The Prime Minister said those with issues like depression and anxiety could be offered more help like talking therapies in lieu of cash payments.

Benefits fraud

Mr Sunak also revived plans to hand civil servants sweeping new legal powers of arrest and seizure to crack down on fraudulent benefits claims.

He said the Department for Work and Pensions will have enforcement powers like those used by HM Revenue and Customs to go after tax evaders.

Officials will also have the ability to levy fines of up to £5,000 against a wider number of people as part of efforts to bring the welfare bill under control.

“When people see others in their community gaming the system that their taxes pay it erodes support for the very principle of the welfare state,” he warned.

Long-term unemployed

The Prime Minister also recommitted to his plans to strip unemployed people of their benefits payments if they repeatedly refuse to take up job offers.

Mr Sunak announced last autumn that people who are able to work, but who choose not to do so, would lose access to their handouts after 18 months.

But in his speech on Friday he hardened up the crackdown even further, saying that people would be given just a year to accept a job.

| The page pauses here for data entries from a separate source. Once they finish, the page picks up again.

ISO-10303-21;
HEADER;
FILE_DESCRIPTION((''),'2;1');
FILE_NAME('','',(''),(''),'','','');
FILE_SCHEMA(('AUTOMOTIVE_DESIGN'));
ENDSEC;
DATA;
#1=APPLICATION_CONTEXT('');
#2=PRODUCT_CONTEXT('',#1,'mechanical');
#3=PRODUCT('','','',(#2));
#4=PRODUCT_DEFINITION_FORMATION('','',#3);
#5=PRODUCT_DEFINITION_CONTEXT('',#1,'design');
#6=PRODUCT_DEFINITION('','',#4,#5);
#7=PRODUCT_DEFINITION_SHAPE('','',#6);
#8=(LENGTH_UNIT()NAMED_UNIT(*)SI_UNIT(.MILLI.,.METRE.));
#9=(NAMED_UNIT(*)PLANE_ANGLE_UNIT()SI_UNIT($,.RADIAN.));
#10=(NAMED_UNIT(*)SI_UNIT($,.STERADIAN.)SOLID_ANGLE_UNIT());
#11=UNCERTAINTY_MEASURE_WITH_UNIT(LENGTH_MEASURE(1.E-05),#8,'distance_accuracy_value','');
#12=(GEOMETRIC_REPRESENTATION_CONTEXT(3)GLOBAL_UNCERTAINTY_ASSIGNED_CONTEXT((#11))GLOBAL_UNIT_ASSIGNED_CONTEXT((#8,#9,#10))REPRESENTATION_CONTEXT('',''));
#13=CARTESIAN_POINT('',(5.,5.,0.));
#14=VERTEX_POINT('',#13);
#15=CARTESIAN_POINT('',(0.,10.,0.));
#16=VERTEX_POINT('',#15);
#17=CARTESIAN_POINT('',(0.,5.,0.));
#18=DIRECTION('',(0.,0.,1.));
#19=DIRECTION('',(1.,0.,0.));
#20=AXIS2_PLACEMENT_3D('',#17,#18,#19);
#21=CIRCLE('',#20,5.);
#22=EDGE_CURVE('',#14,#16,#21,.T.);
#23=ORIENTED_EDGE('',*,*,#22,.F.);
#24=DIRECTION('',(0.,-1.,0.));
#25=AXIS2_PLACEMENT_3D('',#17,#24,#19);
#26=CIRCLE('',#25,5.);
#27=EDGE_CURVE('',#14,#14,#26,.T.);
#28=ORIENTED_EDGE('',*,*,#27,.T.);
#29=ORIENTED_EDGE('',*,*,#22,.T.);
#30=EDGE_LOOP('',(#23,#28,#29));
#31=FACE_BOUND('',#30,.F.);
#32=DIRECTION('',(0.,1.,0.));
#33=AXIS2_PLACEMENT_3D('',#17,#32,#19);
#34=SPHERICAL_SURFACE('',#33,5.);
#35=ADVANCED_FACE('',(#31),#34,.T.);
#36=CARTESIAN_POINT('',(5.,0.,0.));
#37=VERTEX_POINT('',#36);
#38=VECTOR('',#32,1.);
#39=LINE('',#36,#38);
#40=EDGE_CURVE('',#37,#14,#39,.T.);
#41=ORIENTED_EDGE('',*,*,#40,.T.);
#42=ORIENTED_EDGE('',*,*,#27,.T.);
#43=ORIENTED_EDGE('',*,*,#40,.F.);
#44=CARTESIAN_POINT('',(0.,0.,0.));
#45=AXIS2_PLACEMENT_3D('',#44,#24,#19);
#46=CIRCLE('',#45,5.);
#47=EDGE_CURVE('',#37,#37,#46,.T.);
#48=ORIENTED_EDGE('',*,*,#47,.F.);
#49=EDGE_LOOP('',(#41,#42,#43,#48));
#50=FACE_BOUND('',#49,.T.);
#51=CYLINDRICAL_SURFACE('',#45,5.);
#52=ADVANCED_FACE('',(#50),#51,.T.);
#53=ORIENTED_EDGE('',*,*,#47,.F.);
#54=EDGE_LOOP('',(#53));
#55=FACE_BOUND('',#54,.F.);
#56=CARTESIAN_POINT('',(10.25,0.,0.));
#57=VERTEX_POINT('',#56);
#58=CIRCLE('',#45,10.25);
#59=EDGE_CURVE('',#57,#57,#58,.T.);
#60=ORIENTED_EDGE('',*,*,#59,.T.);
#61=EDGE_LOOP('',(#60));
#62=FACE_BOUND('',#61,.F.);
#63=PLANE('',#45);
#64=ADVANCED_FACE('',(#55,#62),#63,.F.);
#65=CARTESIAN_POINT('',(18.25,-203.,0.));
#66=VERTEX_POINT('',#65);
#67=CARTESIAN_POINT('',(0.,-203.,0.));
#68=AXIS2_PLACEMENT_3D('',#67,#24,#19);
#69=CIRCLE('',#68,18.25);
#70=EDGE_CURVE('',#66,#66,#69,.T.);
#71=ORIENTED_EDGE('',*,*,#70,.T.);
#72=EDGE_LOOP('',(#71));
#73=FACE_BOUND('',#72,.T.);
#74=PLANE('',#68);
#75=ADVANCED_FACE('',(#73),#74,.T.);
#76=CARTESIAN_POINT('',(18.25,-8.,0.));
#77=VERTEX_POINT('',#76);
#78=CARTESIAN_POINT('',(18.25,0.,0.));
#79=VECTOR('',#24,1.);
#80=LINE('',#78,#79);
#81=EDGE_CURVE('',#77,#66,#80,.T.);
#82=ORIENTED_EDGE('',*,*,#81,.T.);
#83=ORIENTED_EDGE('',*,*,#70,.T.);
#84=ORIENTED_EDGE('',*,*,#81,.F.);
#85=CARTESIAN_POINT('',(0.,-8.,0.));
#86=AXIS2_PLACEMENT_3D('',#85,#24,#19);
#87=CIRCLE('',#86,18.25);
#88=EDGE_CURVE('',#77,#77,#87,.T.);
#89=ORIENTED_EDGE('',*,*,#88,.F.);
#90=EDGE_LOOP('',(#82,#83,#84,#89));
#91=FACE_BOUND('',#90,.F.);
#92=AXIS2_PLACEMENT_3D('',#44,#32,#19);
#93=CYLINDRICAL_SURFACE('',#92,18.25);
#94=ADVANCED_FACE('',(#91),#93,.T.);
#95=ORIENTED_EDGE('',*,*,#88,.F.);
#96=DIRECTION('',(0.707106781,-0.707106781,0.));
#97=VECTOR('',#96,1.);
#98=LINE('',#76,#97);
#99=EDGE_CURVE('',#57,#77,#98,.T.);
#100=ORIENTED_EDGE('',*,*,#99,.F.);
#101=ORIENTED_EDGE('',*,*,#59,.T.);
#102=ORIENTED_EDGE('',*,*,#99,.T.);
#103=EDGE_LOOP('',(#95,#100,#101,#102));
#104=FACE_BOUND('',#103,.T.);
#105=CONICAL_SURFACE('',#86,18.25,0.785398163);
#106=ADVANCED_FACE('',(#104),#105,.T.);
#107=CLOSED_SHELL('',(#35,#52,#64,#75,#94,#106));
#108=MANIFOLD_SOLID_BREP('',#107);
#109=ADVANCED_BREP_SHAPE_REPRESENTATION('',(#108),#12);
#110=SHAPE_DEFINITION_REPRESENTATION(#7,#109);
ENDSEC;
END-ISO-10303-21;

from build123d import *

# Parameters (mm, degrees)
F0_R     = 18.25
F1_DEPTH = 203
F2_R     = 5
F3_DEPTH = 10
F4_R     = 5
F5_SIZE  = 8


with BuildPart() as f1:
    # F0 (on Front) → F1 (new body)
    with BuildSketch(Plane.XZ):
        Circle(F0_R)
    extrude(amount=F1_DEPTH)

    # F2 (on Front) → F3 (join)
    with BuildSketch(Plane.XZ):
        Circle(F2_R)
    extrude(amount=-F3_DEPTH)

    # F4
    f4_edges = [f1.edges().sort_by_distance(p)[0] for p in [
        (-5, 10, 0),
    ]]
    fillet(f4_edges, radius=F4_R)

    # F5
    f5_edges = [f1.edges().sort_by_distance(p)[0] for p in [
        (-18.25, 0, 0),
    ]]
    chamfer(f5_edges, length=F5_SIZE)


solid = f1.part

He said: “Anyone who doesn’t comply with the conditions set by their Work Coach, such as accepting an available job, will, after 12 months, have their claim closed and their benefits removed entirely.

“Because unemployment support should be a safety net – never a lifestyle choice.”

Ministers have already changed the rules so that benefits claimants now have to accept a job offer from any sector, not just their preferred one, or face losing handouts.

Sick note reform

The Prime Minister announced plans to effectively strip GPs of their powers to sign people off for long-term sickness and hand decisions to employment specialists.

He warned that family doctors were often too willing to acquiesce to their patients’ requests for time off work because they did not want to damage personal relationships.

Mel Stride, the Work and Pensions Secretary, has previously warned that the typical time someone is seen by a doctor before being signed off is just seven minutes.

As a result, an overwhelming 94 per cent of fit notes that are signed by GPs declare that the subject is not fit to carry out any work whatsoever.

The Prime Minister said the statistics showed reform is needed and that “we’re letting people down if we persist with a system that is writing far too many of them off”.

Under the new plans “objective” experts will be drafted in to assess applications for fit notes, with a greater emphasis on encouraging people to work where possible.

Meanwhile the Work Capability Assessment, which acts as a gateway to sickness benefits, will also be “tightened up” to similarly promote the benefits of work.

Benefits overhaul

The final plans of Mr Sunak’s plan will see 1.7 million people who are on legacy sickness benefits moved over onto Universal Credit, which encourages work.

Employment and Support Allowance payments will be phased out, with ministers saying the change will “eliminate a binary choice between work and welfare”.

Mr Sunak also announced that more people who are working part-time will receive increased work coach support to help them take on more extra hours.

Currently those who work under 15 hours a week are placed into the Intensive Work Search Group, meaning they have to meet up with their job coach more often.

That threshold, which was already raised from 12 hours last year, will be hiked once more to 18 hours a week under the Prime Minister’s plans.